## What the exercise asks
When you reach the line containing "#191=FACE_BOUND('',#190,.T.);" in the data below, begin returning lines exactly as written, and stop once the line containing "#203=ORIENTED_EDGE('',*,*,#124,.T.);" has been returned.

## Excerpted data

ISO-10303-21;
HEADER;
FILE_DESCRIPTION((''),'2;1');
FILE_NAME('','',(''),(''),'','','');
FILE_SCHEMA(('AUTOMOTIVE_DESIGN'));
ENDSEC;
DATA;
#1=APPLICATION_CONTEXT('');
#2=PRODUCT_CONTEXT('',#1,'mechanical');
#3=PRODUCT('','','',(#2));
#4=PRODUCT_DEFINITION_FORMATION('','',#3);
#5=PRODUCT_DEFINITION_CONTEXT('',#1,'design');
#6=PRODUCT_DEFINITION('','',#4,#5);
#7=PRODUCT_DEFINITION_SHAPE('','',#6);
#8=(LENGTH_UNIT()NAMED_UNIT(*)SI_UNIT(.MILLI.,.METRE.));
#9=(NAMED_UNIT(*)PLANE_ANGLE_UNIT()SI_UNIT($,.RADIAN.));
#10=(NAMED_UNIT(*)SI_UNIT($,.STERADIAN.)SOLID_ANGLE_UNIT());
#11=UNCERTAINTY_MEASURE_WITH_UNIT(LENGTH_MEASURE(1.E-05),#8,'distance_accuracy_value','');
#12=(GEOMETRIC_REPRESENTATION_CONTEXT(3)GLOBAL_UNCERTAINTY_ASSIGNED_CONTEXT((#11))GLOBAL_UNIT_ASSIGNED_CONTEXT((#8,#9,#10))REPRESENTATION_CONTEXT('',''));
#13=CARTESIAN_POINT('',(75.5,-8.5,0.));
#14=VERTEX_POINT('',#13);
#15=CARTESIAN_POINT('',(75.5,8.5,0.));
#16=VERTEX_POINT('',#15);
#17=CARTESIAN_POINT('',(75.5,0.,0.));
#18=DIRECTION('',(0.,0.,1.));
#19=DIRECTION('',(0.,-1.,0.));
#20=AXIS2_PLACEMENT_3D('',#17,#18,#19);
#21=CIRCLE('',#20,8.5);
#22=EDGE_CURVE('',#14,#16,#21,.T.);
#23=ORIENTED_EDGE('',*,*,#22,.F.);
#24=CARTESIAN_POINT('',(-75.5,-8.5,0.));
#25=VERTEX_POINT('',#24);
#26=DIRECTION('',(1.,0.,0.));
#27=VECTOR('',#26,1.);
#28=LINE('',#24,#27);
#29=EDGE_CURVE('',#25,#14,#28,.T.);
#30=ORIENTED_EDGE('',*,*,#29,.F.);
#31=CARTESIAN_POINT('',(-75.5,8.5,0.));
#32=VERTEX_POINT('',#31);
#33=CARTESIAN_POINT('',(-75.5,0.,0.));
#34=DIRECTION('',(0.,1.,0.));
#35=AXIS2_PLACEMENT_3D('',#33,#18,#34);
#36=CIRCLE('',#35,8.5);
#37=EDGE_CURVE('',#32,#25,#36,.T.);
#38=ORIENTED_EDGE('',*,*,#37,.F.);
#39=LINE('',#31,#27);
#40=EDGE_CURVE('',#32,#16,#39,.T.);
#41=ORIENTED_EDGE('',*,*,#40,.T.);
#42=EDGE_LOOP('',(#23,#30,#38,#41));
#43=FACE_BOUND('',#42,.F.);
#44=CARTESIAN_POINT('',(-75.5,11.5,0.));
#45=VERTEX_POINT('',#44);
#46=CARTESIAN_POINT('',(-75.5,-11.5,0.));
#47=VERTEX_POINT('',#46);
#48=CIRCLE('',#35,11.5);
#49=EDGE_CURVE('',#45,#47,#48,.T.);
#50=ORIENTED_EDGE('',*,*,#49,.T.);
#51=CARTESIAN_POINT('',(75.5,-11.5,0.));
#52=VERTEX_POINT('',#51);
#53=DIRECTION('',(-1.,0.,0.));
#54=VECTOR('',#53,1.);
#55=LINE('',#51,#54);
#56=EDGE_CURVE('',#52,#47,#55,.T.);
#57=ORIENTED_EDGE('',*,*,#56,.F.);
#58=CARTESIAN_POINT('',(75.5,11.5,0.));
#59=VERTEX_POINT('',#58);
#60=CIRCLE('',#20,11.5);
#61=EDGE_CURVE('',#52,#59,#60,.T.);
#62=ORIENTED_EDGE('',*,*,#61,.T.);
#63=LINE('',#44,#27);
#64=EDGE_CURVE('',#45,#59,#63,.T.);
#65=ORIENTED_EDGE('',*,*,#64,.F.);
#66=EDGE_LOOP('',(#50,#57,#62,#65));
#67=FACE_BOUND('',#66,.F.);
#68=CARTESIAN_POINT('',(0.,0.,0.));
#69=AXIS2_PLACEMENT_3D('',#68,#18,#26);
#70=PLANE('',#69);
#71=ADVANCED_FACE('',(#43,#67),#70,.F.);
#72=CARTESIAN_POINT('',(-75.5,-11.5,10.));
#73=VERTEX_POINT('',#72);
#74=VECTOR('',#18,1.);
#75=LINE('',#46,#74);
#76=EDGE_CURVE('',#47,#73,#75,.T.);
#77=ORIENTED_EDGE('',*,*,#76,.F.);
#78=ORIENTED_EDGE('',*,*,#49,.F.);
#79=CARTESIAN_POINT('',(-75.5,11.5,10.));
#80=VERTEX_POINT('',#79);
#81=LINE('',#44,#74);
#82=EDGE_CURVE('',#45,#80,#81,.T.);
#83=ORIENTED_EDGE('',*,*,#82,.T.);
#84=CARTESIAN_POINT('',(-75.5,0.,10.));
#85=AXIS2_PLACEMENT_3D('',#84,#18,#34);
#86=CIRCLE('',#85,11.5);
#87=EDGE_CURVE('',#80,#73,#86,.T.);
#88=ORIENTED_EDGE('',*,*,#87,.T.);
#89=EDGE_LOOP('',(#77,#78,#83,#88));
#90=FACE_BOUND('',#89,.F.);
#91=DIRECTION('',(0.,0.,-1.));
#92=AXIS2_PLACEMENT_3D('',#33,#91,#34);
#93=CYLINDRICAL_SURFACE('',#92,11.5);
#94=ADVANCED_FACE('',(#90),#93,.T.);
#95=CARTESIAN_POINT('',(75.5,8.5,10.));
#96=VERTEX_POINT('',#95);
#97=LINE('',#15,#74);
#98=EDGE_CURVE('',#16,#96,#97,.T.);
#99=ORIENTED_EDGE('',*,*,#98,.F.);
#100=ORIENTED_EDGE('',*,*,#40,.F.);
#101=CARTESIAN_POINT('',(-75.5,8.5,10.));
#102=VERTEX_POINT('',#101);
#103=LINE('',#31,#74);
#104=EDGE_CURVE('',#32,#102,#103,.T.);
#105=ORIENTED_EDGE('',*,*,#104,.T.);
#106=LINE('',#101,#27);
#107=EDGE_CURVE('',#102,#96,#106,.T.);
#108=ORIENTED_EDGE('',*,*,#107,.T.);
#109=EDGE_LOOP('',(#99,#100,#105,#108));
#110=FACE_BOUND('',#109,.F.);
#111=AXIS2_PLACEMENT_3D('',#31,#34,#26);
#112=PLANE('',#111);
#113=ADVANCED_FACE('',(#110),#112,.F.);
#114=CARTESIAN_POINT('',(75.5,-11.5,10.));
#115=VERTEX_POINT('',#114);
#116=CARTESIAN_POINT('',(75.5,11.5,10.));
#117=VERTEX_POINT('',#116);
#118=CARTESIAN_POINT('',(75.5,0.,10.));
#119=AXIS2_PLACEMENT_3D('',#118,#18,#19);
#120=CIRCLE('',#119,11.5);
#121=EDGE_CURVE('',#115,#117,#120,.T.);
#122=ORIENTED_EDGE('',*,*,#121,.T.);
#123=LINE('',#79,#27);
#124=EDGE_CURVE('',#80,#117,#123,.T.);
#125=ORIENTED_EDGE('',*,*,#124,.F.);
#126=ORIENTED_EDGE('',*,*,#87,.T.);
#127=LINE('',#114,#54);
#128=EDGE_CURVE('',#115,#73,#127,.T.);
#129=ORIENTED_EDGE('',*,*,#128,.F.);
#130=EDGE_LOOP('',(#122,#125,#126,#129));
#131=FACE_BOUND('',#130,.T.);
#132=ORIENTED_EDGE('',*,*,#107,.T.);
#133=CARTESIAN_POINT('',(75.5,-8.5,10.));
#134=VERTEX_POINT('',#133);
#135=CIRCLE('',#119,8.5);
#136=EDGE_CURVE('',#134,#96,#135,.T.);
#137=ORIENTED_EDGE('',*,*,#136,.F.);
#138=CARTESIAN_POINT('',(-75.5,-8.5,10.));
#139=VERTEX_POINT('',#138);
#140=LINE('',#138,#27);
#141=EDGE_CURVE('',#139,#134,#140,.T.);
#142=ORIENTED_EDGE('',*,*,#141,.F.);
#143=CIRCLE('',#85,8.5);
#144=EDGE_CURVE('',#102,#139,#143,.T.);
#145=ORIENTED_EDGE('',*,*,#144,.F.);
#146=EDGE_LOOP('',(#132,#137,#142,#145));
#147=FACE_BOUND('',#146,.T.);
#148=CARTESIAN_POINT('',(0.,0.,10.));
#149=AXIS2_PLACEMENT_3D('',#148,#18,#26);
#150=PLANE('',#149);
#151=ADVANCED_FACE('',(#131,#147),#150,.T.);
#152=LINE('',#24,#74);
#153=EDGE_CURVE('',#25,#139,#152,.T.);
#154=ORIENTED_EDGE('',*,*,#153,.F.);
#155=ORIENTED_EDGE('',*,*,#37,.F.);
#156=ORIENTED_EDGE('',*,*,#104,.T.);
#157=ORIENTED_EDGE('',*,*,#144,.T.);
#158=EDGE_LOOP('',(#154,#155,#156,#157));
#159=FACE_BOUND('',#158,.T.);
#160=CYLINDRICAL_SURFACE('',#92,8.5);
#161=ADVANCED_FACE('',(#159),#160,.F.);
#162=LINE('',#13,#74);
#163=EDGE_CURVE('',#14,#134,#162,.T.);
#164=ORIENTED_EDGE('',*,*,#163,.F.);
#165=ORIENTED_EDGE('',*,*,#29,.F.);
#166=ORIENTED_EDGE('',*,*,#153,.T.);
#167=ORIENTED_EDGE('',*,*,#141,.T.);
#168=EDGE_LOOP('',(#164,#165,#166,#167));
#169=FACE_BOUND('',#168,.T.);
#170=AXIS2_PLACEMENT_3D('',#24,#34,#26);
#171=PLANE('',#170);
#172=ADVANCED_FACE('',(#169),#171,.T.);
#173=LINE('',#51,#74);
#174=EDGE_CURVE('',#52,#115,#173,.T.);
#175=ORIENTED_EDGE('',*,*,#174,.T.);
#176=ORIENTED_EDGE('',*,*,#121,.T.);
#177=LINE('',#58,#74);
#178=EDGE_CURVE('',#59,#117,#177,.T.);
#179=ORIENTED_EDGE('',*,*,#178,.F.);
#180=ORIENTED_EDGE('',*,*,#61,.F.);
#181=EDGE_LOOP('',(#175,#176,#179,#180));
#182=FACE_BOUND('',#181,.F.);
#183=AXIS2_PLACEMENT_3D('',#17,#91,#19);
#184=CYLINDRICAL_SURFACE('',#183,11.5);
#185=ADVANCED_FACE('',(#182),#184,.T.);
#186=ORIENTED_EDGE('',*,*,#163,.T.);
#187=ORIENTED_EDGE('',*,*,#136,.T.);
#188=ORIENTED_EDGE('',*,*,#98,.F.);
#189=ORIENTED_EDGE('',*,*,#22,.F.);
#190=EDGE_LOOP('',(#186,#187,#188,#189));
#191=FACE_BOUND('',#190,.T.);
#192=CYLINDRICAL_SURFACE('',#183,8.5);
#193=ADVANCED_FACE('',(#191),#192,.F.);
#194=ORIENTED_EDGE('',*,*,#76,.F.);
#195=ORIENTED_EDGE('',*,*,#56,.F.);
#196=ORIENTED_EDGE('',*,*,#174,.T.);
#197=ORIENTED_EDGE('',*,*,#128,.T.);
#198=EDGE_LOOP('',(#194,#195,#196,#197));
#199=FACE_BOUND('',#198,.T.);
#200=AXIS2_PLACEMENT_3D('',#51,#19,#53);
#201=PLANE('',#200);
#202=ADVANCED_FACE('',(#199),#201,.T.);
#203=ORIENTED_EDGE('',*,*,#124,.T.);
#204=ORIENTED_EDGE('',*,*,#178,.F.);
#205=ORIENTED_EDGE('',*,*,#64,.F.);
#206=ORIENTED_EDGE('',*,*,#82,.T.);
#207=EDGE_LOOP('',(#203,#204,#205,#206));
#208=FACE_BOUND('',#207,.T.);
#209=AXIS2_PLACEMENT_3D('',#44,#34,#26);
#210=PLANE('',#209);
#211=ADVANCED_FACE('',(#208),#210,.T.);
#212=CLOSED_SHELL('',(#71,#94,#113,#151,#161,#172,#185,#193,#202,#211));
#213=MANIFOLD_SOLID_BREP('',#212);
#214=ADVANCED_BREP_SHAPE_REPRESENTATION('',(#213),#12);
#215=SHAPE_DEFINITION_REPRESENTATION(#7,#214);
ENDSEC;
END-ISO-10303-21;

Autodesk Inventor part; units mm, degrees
ref_plane "YZ Plane" through (0, 0, 0) normal (1, 0, 0) x (0, 1, 0)
ref_plane "XZ Plane" through (0, 0, 0) normal (0, 1, 0) x (-1, 0, 0)
ref_plane "XY Plane" through (0, 0, 0) normal (0, 0, 1) x (1, 0, 0)
sketch "Sketch1" plane through (0, 0, 0) normal (0, 0, 1) x (1, 0, 0)
  line L0 (-75.5, 11.5) -> (75.5, 11.5)
  line L1 (75.5, -11.5) -> (-75.5, -11.5)
  arc A0 (-75.5, 11.5) -> (-75.5, -11.5) centre (-75.5, 0) ccw
  arc A1 (75.5, -11.5) -> (75.5, 11.5) centre (75.5, 0) ccw
  line L2 (-75.5, 8.5) -> (75.5, 8.5)
  line L3 (-75.5, -8.5) -> (75.5, -8.5)
  arc A2 (-75.5, 8.5) -> (-75.5, -8.5) centre (-75.5, 0) ccw
  arc A3 (75.5, -8.5) -> (75.5, 8.5) centre (75.5, 0) ccw
  point P0 (0, 0)
  point P1 (0, 8.5)
  point P2 (0, 11.5)
  dimension "d0" = 151
  dimension "d1" = 23
  dimension "d2" = 3
  dimension "d3" = 3
  dimension "d4" = 11.5
  dimension "d5" = 8.5
  dimension "d7" = 8.5
  dimension "d8" = 151
  dimension "d9" = 151
extrude "Extrusion1" add sketch "Sketch1" along normal blind 10
properties part number "faja" material "Rubber, Silicone"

## Exercise response
#191=FACE_BOUND('',#190,.T.);
#192=CYLINDRICAL_SURFACE('',#183,8.5);
#193=ADVANCED_FACE('',(#191),#192,.F.);
#194=ORIENTED_EDGE('',*,*,#76,.F.);
#195=ORIENTED_EDGE('',*,*,#56,.F.);
#196=ORIENTED_EDGE('',*,*,#174,.T.);
#197=ORIENTED_EDGE('',*,*,#128,.T.);
#198=EDGE_LOOP('',(#194,#195,#196,#197));
#199=FACE_BOUND('',#198,.T.);
#200=AXIS2_PLACEMENT_3D('',#51,#19,#53);
#201=PLANE('',#200);
#202=ADVANCED_FACE('',(#199),#201,.T.);
#203=ORIENTED_EDGE('',*,*,#124,.T.);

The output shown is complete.